RECORDED INFORMATION: Begin
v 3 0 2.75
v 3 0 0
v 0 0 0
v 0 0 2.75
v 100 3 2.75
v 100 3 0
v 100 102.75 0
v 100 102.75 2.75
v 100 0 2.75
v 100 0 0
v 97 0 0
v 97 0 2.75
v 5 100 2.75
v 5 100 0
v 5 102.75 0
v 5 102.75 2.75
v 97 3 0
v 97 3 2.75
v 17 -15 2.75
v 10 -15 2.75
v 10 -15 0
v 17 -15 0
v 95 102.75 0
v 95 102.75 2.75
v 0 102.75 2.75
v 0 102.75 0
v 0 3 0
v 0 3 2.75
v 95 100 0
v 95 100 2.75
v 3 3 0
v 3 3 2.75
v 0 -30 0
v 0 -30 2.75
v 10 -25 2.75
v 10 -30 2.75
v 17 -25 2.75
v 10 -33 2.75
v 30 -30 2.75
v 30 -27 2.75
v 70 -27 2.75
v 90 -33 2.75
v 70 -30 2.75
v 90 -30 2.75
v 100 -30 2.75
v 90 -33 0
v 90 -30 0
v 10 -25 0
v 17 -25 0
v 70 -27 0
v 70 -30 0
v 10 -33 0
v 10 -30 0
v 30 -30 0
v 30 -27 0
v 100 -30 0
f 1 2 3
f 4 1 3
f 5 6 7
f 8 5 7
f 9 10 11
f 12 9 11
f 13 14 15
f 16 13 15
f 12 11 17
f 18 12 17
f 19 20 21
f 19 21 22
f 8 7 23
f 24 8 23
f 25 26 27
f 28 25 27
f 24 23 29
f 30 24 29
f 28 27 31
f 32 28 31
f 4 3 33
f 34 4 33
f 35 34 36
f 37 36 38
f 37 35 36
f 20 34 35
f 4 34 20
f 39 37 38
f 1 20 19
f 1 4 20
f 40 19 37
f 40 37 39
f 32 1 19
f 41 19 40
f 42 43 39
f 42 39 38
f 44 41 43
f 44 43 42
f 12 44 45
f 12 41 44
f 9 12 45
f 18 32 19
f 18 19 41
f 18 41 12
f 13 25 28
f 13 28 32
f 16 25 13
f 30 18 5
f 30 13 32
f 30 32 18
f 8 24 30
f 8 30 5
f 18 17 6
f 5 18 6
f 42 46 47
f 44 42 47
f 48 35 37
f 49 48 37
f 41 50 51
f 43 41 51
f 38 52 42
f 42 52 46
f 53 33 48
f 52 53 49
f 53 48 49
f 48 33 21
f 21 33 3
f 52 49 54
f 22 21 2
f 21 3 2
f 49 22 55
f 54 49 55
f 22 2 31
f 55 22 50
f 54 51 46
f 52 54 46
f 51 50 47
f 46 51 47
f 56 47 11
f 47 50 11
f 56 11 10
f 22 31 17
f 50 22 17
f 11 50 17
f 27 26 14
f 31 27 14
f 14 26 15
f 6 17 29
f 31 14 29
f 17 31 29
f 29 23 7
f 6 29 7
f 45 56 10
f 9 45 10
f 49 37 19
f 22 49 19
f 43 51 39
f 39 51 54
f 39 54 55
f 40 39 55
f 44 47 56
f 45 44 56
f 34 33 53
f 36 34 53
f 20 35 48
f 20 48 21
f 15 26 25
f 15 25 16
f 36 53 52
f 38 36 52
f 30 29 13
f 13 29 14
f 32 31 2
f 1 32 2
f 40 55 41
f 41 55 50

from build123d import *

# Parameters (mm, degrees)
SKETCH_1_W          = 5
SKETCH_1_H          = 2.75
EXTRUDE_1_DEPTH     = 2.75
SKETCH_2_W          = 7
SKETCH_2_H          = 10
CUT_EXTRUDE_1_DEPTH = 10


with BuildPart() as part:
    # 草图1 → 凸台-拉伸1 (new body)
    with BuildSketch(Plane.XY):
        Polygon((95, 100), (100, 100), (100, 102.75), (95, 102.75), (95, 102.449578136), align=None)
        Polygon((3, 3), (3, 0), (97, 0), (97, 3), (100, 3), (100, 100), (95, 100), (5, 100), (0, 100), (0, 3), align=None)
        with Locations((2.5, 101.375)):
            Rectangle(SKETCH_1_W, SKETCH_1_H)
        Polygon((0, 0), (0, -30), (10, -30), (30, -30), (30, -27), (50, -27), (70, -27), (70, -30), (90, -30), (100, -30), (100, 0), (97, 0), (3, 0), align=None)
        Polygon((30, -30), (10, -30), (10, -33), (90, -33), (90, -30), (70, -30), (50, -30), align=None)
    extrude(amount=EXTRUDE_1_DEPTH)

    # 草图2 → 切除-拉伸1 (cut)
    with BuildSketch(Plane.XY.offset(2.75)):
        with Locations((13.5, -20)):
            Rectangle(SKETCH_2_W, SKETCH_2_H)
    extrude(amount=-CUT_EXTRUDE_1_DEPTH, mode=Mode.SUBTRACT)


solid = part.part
RECORDED INFORMATION: End
RECORDED INFORMATION: Begin
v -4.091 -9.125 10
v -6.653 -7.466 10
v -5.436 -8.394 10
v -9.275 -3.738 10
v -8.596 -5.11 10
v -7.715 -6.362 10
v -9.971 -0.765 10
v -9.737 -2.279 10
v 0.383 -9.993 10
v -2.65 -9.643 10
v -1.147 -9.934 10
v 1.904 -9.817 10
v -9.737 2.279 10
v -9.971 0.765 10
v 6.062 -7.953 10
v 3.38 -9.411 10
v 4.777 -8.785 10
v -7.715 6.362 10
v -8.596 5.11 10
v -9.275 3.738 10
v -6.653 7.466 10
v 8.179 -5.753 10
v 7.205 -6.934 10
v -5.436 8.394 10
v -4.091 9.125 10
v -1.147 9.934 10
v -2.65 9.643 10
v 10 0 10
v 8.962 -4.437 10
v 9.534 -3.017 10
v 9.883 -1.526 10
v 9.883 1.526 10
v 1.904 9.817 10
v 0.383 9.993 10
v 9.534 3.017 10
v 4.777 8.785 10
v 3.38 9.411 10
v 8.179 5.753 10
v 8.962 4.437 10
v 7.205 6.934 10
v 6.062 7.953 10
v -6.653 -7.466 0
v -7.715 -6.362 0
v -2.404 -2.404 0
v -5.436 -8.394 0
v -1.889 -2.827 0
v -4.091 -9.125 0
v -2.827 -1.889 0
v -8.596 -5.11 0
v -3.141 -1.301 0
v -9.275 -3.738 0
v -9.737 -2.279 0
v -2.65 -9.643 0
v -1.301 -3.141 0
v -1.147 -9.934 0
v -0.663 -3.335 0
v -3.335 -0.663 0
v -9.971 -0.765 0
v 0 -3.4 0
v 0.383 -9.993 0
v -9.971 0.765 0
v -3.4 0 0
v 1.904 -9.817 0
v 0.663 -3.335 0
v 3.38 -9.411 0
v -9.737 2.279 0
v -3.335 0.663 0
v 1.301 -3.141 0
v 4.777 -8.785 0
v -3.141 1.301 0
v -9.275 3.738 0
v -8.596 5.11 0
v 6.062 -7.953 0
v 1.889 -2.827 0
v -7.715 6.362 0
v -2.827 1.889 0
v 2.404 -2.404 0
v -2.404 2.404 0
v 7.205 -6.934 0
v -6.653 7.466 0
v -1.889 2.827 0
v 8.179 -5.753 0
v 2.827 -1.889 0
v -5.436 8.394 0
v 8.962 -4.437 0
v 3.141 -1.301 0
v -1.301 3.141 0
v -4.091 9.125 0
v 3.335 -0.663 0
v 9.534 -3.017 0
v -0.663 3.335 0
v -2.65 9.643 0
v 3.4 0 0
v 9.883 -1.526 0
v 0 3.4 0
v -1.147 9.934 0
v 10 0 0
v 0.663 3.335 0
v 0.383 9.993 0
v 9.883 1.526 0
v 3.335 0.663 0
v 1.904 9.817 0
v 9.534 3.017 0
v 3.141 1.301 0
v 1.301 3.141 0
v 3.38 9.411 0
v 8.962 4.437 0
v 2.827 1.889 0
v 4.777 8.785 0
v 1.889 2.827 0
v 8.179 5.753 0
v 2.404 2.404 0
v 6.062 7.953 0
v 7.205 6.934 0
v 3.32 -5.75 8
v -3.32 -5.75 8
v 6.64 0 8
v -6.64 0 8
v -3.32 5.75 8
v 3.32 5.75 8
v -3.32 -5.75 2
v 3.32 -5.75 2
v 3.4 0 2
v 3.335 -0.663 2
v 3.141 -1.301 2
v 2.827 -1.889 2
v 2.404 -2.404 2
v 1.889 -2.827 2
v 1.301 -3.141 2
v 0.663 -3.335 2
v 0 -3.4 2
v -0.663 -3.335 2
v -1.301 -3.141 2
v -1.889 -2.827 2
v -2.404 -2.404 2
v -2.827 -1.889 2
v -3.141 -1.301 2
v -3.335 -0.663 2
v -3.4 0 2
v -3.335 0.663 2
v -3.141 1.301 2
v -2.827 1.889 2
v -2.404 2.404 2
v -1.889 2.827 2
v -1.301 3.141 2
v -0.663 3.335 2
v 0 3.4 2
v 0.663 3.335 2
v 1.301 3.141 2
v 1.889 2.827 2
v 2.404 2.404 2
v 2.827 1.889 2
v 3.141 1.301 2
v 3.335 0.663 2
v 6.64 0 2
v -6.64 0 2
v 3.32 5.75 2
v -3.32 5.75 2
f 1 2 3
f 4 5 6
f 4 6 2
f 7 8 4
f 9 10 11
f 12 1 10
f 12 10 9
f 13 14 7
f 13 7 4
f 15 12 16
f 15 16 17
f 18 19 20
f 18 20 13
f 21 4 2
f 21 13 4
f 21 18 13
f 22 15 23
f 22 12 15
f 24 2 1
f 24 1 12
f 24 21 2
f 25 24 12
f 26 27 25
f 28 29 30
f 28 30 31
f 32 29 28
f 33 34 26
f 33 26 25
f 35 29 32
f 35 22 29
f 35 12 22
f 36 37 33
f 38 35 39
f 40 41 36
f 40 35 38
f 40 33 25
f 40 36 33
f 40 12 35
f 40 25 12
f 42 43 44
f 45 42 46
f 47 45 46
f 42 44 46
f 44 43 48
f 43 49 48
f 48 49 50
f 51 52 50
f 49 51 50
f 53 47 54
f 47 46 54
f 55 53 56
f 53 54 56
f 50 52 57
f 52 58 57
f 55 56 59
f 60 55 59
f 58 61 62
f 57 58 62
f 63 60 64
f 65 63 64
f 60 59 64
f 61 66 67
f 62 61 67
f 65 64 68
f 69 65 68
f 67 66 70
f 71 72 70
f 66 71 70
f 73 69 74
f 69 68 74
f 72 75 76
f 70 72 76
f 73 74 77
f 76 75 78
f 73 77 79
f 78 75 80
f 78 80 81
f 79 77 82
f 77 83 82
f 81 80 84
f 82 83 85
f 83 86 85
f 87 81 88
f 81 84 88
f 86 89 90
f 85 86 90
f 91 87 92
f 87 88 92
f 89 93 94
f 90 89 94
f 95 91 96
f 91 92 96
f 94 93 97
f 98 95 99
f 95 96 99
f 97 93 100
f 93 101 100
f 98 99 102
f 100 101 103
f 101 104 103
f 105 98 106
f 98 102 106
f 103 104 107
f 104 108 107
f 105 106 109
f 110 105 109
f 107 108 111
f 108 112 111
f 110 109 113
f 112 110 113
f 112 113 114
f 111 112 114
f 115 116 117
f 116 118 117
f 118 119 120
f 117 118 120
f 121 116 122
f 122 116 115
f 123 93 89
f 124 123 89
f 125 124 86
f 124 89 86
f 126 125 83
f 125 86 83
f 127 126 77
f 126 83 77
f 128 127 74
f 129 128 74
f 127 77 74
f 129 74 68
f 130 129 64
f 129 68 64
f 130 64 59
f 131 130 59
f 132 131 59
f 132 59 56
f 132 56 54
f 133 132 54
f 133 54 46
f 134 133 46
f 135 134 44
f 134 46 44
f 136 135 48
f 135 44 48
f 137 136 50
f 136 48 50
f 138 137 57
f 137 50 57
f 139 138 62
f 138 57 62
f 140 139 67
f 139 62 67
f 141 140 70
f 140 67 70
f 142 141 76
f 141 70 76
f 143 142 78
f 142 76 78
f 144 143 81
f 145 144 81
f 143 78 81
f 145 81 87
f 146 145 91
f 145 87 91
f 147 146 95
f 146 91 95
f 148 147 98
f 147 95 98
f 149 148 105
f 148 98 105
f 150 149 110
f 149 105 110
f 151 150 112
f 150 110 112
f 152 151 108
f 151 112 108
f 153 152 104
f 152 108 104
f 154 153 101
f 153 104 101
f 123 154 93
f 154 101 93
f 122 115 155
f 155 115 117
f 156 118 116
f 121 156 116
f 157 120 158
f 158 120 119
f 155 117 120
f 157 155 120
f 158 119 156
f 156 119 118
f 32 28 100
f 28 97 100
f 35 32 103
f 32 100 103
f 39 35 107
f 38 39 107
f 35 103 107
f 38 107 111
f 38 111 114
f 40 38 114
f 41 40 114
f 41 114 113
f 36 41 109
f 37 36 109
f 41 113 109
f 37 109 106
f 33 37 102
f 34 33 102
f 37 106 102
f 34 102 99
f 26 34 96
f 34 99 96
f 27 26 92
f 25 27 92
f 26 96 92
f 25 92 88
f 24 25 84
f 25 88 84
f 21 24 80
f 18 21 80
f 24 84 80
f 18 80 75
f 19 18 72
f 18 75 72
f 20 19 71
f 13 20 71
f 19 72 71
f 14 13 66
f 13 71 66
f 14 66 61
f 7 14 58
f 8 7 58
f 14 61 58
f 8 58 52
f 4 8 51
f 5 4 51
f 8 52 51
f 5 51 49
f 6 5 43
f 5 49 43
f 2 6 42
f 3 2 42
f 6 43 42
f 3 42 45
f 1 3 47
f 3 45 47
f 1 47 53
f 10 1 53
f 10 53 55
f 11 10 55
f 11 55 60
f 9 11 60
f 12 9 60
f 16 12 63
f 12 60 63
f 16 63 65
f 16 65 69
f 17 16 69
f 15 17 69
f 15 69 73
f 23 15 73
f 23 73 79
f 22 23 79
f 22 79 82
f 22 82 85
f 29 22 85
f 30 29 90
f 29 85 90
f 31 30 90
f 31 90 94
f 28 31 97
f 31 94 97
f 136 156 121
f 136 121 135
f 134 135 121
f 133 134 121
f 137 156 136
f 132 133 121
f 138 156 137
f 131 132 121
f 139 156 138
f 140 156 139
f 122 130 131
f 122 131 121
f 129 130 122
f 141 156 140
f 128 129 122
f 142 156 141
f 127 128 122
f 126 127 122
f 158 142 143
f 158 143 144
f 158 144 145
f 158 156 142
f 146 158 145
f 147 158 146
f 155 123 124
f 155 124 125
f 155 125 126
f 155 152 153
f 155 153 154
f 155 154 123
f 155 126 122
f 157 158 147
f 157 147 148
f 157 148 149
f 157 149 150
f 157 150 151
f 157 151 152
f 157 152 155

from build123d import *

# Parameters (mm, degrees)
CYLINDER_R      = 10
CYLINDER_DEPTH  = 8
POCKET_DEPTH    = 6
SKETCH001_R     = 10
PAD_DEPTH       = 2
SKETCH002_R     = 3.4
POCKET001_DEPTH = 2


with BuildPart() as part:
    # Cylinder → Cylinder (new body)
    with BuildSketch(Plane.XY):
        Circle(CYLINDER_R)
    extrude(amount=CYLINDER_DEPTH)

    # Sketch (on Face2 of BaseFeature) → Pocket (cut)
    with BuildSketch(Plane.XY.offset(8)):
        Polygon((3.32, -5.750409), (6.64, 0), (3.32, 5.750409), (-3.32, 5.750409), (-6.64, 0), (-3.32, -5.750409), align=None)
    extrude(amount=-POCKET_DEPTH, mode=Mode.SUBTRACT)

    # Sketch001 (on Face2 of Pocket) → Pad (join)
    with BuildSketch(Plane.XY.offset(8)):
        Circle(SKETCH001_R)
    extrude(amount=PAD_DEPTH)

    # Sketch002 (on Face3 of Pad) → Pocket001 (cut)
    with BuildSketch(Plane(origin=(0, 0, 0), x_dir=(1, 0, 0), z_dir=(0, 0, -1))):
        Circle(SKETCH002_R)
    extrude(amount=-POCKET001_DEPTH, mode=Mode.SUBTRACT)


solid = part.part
RECORDED INFORMATION: End
RECORDED INFORMATION: Begin
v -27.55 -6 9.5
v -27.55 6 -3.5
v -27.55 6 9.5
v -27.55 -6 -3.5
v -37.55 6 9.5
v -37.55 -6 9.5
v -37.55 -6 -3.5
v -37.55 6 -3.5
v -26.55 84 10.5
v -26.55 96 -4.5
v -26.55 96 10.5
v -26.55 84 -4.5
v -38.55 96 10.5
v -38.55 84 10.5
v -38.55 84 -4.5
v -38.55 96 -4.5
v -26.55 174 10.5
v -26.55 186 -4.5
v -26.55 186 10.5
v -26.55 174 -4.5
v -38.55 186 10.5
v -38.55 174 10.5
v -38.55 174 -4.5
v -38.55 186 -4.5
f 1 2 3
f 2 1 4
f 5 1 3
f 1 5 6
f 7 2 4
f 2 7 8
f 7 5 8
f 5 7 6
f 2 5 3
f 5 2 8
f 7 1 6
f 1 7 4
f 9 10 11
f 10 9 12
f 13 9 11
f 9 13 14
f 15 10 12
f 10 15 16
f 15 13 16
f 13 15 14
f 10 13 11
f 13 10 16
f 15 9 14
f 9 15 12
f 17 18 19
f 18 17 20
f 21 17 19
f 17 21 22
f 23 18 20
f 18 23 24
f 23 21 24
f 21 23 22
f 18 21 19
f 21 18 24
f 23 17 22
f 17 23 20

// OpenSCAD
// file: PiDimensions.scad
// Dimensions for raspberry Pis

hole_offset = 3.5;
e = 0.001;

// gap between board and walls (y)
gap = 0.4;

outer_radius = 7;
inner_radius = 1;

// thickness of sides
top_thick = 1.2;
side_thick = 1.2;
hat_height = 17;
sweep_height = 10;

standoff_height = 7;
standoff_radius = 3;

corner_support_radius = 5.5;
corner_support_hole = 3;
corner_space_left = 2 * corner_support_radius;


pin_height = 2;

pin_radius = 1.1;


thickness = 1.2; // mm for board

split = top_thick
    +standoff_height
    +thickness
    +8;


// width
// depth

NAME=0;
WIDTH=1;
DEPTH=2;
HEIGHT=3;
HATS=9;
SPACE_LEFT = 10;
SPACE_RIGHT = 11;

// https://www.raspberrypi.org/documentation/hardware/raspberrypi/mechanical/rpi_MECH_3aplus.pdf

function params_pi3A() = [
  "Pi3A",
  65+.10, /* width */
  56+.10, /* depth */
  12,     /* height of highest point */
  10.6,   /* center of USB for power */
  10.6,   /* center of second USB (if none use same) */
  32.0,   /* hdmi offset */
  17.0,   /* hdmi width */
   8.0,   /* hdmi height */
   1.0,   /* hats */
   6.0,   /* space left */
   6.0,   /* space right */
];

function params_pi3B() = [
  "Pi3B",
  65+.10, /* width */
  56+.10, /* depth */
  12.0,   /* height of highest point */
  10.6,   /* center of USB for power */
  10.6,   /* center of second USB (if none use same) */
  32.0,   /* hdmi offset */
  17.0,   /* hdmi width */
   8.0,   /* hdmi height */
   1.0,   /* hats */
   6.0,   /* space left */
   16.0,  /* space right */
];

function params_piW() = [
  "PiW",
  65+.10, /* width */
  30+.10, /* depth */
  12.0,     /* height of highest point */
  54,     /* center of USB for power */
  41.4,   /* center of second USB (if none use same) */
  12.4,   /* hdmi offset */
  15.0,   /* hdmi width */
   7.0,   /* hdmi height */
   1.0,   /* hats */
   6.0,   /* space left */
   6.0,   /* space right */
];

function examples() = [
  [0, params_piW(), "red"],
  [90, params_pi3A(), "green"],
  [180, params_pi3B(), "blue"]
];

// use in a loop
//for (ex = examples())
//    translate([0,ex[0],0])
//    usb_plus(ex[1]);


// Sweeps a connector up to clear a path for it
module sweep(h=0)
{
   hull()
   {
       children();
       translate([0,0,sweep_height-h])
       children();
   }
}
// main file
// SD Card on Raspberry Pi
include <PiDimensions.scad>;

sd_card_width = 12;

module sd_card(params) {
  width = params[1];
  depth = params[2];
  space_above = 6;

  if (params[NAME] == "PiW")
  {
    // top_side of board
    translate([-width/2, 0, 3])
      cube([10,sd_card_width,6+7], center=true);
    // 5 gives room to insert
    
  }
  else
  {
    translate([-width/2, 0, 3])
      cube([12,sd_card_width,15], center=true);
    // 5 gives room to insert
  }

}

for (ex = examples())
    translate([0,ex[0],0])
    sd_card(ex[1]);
RECORDED INFORMATION: End
**WHAT TO WORK ON:** Going back to the entries above, set down exactly the lines that begin at the one with "f 136 121 135" and end at the one with "f 157 152 155", both included, and nothing else.

**TASK ANSWER:**
f 136 121 135
f 134 135 121
f 133 134 121
f 137 156 136
f 132 133 121
f 138 156 137
f 131 132 121
f 139 156 138
f 140 156 139
f 122 130 131
f 122 131 121
f 129 130 122
f 141 156 140
f 128 129 122
f 142 156 141
f 127 128 122
f 126 127 122
f 158 142 143
f 158 143 144
f 158 144 145
f 158 156 142
f 146 158 145
f 147 158 146
f 155 123 124
f 155 124 125
f 155 125 126
f 155 152 153
f 155 153 154
f 155 154 123
f 155 126 122
f 157 158 147
f 157 147 148
f 157 148 149
f 157 149 150
f 157 150 151
f 157 151 152
f 157 152 155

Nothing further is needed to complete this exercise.